RECORDED INFORMATION:
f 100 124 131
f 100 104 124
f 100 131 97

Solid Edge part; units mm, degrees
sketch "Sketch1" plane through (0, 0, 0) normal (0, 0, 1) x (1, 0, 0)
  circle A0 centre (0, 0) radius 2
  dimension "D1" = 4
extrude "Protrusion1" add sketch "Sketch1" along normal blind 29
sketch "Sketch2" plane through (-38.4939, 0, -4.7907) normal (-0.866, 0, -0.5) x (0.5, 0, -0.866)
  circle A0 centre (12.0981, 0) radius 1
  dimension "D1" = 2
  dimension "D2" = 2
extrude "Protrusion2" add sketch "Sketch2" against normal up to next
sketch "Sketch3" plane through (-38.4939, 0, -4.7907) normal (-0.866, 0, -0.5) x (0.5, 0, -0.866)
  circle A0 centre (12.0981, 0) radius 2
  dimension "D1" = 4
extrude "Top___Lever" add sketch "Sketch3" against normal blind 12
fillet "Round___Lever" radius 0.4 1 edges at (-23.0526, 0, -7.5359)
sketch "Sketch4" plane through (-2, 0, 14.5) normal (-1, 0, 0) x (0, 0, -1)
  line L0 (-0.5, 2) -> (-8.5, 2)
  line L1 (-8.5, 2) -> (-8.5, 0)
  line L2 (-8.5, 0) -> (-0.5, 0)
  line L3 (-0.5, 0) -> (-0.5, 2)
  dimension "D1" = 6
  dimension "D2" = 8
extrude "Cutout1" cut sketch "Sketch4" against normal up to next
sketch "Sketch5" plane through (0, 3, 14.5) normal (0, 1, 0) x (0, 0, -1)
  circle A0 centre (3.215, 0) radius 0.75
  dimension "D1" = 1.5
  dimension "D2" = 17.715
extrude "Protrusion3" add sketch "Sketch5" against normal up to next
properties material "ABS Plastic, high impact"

WHAT TO WORK ON:
What is needed is a word-for-word restatement of every line from the one with "0, 0) x (0, 0, -1)" to the end of the entries above.

TASK RESULT:
sketch "Sketch4" plane through (-2, 0, 14.5) normal (-1, 0, 0) x (0, 0, -1)
  line L0 (-0.5, 2) -> (-8.5, 2)
  line L1 (-8.5, 2) -> (-8.5, 0)
  line L2 (-8.5, 0) -> (-0.5, 0)
  line L3 (-0.5, 0) -> (-0.5, 2)
  dimension "D1" = 6
  dimension "D2" = 8
extrude "Cutout1" cut sketch "Sketch4" against normal up to next
sketch "Sketch5" plane through (0, 3, 14.5) normal (0, 1, 0) x (0, 0, -1)
  circle A0 centre (3.215, 0) radius 0.75
  dimension "D1" = 1.5
  dimension "D2" = 17.715
extrude "Protrusion3" add sketch "Sketch5" against normal up to next
properties material "ABS Plastic, high impact"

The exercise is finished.